▸ Task statement:
Repeat exactly the lines from the start of the records below through the line that contains "e23 v21 v19 LINE", including both.

[[ Excerpted data, beginning ]]

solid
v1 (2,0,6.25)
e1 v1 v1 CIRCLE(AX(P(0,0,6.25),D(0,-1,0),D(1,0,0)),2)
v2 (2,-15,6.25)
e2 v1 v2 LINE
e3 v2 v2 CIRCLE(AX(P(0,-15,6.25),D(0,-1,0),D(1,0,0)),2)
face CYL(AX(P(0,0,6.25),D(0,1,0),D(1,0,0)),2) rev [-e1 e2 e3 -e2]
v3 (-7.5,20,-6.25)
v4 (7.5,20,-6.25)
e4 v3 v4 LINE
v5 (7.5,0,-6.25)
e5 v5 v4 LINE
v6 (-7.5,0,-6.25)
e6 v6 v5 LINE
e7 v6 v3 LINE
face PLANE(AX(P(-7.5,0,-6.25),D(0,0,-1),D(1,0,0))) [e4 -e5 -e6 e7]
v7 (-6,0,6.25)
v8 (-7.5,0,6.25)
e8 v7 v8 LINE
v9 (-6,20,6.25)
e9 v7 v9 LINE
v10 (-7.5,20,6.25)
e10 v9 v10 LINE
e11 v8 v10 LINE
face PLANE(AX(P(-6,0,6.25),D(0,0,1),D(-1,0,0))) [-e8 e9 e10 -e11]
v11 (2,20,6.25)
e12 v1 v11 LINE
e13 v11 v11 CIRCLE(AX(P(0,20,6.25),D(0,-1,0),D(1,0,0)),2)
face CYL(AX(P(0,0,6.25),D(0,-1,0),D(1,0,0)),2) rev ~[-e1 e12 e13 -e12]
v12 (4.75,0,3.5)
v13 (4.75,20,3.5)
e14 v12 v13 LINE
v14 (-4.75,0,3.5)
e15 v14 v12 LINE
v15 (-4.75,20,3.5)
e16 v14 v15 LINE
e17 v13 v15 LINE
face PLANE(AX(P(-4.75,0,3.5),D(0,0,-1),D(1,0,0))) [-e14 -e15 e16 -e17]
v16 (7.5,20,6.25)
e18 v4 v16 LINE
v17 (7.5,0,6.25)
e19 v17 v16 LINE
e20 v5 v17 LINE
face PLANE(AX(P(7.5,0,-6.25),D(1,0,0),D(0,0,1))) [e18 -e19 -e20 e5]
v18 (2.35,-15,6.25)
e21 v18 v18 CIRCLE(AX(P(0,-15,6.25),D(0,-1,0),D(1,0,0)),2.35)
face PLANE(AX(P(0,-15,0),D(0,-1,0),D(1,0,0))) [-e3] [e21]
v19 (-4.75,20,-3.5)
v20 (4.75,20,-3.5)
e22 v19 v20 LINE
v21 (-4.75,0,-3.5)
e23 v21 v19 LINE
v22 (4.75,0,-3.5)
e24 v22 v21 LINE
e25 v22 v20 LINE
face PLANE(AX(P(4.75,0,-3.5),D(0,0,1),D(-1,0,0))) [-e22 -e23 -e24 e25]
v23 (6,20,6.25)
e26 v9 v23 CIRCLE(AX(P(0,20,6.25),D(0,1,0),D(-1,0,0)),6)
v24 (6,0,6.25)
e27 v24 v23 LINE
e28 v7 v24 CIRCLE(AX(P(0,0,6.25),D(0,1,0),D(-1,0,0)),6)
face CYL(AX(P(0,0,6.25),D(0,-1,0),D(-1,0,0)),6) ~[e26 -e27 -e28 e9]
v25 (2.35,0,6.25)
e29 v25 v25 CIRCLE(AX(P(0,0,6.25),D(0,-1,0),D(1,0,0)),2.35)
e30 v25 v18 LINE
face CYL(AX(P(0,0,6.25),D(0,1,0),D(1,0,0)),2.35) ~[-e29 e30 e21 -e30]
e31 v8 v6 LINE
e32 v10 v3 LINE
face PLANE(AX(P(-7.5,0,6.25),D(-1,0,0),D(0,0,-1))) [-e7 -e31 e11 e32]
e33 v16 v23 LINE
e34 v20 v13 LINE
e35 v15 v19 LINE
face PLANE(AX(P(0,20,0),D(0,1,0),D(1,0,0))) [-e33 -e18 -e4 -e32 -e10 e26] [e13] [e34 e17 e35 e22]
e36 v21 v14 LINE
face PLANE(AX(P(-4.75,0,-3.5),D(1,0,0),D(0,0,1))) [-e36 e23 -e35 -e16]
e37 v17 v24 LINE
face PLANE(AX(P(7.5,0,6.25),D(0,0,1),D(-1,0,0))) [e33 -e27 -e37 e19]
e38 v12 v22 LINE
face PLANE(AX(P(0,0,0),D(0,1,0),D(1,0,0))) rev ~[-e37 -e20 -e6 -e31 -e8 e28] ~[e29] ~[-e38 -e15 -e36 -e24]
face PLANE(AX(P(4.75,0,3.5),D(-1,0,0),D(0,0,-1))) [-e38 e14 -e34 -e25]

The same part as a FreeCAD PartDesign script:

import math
import FreeCAD as App
import Part
import Sketcher


def add_polygon(sketch, points):
    """Adds a closed chain of lines whose ends are joined by coincident constraints."""
    first, n = sketch.GeometryCount, len(points)
    for a, b in zip(points, points[1:] + points[:1]):
        sketch.addGeometry(Part.LineSegment(App.Vector(*a, 0), App.Vector(*b, 0)), False)
    for i in range(n):
        sketch.addConstraint(Sketcher.Constraint("Coincident", first + i, 2, first + (i + 1) % n, 1))

doc = App.newDocument("Part")
body = doc.addObject("PartDesign::Body", "Body")

# Sketch on XZ plane
sketch1 = body.newObject("Sketcher::SketchObject", "Sketch")
sketch1.AttachmentSupport = (doc.getObject("XZ_Plane"), [""])
sketch1.MapMode = "FlatFace"
sketch1.addGeometry([
    Part.LineSegment(App.Vector(7.5, -6.2, 0), App.Vector(-7.5, -6.2, 0)),  # 0
    Part.LineSegment(App.Vector(-7.5, -6.2, 0), App.Vector(-7.5, 6.2, 0)),  # 1
    Part.LineSegment(App.Vector(-7.5, 6.2, 0), App.Vector(-6, 6.2, 0)),  # 2
    Part.ArcOfCircle(Part.Circle(App.Vector(0, 6.2, 0), App.Vector(0, 0, 1), 6), math.radians(0), math.radians(180)),  # 3
    Part.LineSegment(App.Vector(6, 6.2, 0), App.Vector(7.5, 6.2, 0)),  # 4
    Part.LineSegment(App.Vector(7.5, 6.2, 0), App.Vector(7.5, -6.2, 0)),  # 5
], False)
sketch1.addConstraint([
    Sketcher.Constraint("Coincident", 0, 2, 1, 1),
    Sketcher.Constraint("Coincident", 1, 2, 2, 1),
    Sketcher.Constraint("Coincident", 2, 2, 3, 2),
    Sketcher.Constraint("Coincident", 3, 1, 4, 1),
    Sketcher.Constraint("Coincident", 4, 2, 5, 1),
    Sketcher.Constraint("Coincident", 5, 2, 0, 1),
    Sketcher.Constraint("Horizontal", 0),
    Sketcher.Constraint("Vertical", 1),
    Sketcher.Constraint("Horizontal", 2),
    Sketcher.Constraint("Horizontal", 4),
    Sketcher.Constraint("Vertical", 5),
    Sketcher.Constraint("Symmetric", 0, 2, 4, 2, -1, 1),
    Sketcher.Constraint("Symmetric", 2, 2, 3, 1, -2),
    Sketcher.Constraint("Horizontal", 3, 3, 1, 2),
    Sketcher.Constraint("Radius", 3, 6.0),
    Sketcher.Constraint("DistanceX", 0, 2, 0, 1, 15.0),
    Sketcher.Constraint("DistanceY", 1, 1, 1, 2, 12.5),
])
pad1 = body.newObject("PartDesign::Pad", "Pad")
pad1.Profile = sketch1
pad1.Length = 20
pad1.Reversed = True

# Sketch on XZ plane
sketch2 = body.newObject("Sketcher::SketchObject", "Sketch001")
sketch2.AttachmentSupport = (doc.getObject("XZ_Plane"), [""])
sketch2.MapMode = "FlatFace"
add_polygon(sketch2, [(-5, -4), (5, -4), (5, 4), (-5, 4)])  # lines 0-3
sketch2.addConstraint([
    Sketcher.Constraint("Horizontal", 0),
    Sketcher.Constraint("Vertical", 1),
    Sketcher.Constraint("Horizontal", 2),
    Sketcher.Constraint("Vertical", 3),
    Sketcher.Constraint("Symmetric", 0, 2, 2, 2, -1, 1),
    Sketcher.Constraint("DistanceY", 1, 1, 1, 2, 7.0),
    Sketcher.Constraint("DistanceX", 0, 1, 0, 2, 9.5),
])
pocket1 = body.newObject("PartDesign::Pocket", "Pocket")
pocket1.Profile = sketch2
pocket1.Length = 39

# Sketch on XZ plane
sketch3 = body.newObject("Sketcher::SketchObject", "Sketch002")
sketch3.AttachmentSupport = (doc.getObject("XZ_Plane"), [""])
sketch3.MapMode = "FlatFace"
sketch3.addGeometry(Part.Circle(App.Vector(0, 6.2, 0), App.Vector(0, 0, 1), 2), False)
sketch3.addConstraint([
    Sketcher.Constraint("PointOnObject", 0, 3, -2),
    Sketcher.Constraint("Diameter", 0, 4.0),
    Sketcher.Constraint("DistanceY", -1, 1, 0, 3, 6.25),
])
pocket2 = body.newObject("PartDesign::Pocket", "Pocket001")
pocket2.Profile = sketch3
pocket2.Length = 30

# Sketch on XZ plane
sketch4 = body.newObject("Sketcher::SketchObject", "Sketch003")
sketch4.AttachmentSupport = (doc.getObject("XZ_Plane"), [""])
sketch4.MapMode = "FlatFace"
sketch4.addGeometry([
    Part.Circle(App.Vector(0, 6.2, 0), App.Vector(0, 0, 1), 2.4),
    Part.Circle(App.Vector(0, 6.2, 0), App.Vector(0, 0, 1), 2),
], False)
sketch4.addConstraint([
    Sketcher.Constraint("Coincident", 1, 3, 0, 3),
    Sketcher.Constraint("PointOnObject", 0, 3, -2),
    Sketcher.Constraint("Diameter", 1, 4.0),
    Sketcher.Constraint("Diameter", 0, 4.7),
    Sketcher.Constraint("DistanceY", -1, 1, 0, 3, 6.25),
])
pad2 = body.newObject("PartDesign::Pad", "Pad001")
pad2.Profile = sketch4
pad2.Length = 15

doc.recompute()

[[ Excerpted data, end ]]

▸ Finished exercise:
solid
v1 (2,0,6.25)
e1 v1 v1 CIRCLE(AX(P(0,0,6.25),D(0,-1,0),D(1,0,0)),2)
v2 (2,-15,6.25)
e2 v1 v2 LINE
e3 v2 v2 CIRCLE(AX(P(0,-15,6.25),D(0,-1,0),D(1,0,0)),2)
face CYL(AX(P(0,0,6.25),D(0,1,0),D(1,0,0)),2) rev [-e1 e2 e3 -e2]
v3 (-7.5,20,-6.25)
v4 (7.5,20,-6.25)
e4 v3 v4 LINE
v5 (7.5,0,-6.25)
e5 v5 v4 LINE
v6 (-7.5,0,-6.25)
e6 v6 v5 LINE
e7 v6 v3 LINE
face PLANE(AX(P(-7.5,0,-6.25),D(0,0,-1),D(1,0,0))) [e4 -e5 -e6 e7]
v7 (-6,0,6.25)
v8 (-7.5,0,6.25)
e8 v7 v8 LINE
v9 (-6,20,6.25)
e9 v7 v9 LINE
v10 (-7.5,20,6.25)
e10 v9 v10 LINE
e11 v8 v10 LINE
face PLANE(AX(P(-6,0,6.25),D(0,0,1),D(-1,0,0))) [-e8 e9 e10 -e11]
v11 (2,20,6.25)
e12 v1 v11 LINE
e13 v11 v11 CIRCLE(AX(P(0,20,6.25),D(0,-1,0),D(1,0,0)),2)
face CYL(AX(P(0,0,6.25),D(0,-1,0),D(1,0,0)),2) rev ~[-e1 e12 e13 -e12]
v12 (4.75,0,3.5)
v13 (4.75,20,3.5)
e14 v12 v13 LINE
v14 (-4.75,0,3.5)
e15 v14 v12 LINE
v15 (-4.75,20,3.5)
e16 v14 v15 LINE
e17 v13 v15 LINE
face PLANE(AX(P(-4.75,0,3.5),D(0,0,-1),D(1,0,0))) [-e14 -e15 e16 -e17]
v16 (7.5,20,6.25)
e18 v4 v16 LINE
v17 (7.5,0,6.25)
e19 v17 v16 LINE
e20 v5 v17 LINE
face PLANE(AX(P(7.5,0,-6.25),D(1,0,0),D(0,0,1))) [e18 -e19 -e20 e5]
v18 (2.35,-15,6.25)
e21 v18 v18 CIRCLE(AX(P(0,-15,6.25),D(0,-1,0),D(1,0,0)),2.35)
face PLANE(AX(P(0,-15,0),D(0,-1,0),D(1,0,0))) [-e3] [e21]
v19 (-4.75,20,-3.5)
v20 (4.75,20,-3.5)
e22 v19 v20 LINE
v21 (-4.75,0,-3.5)
e23 v21 v19 LINE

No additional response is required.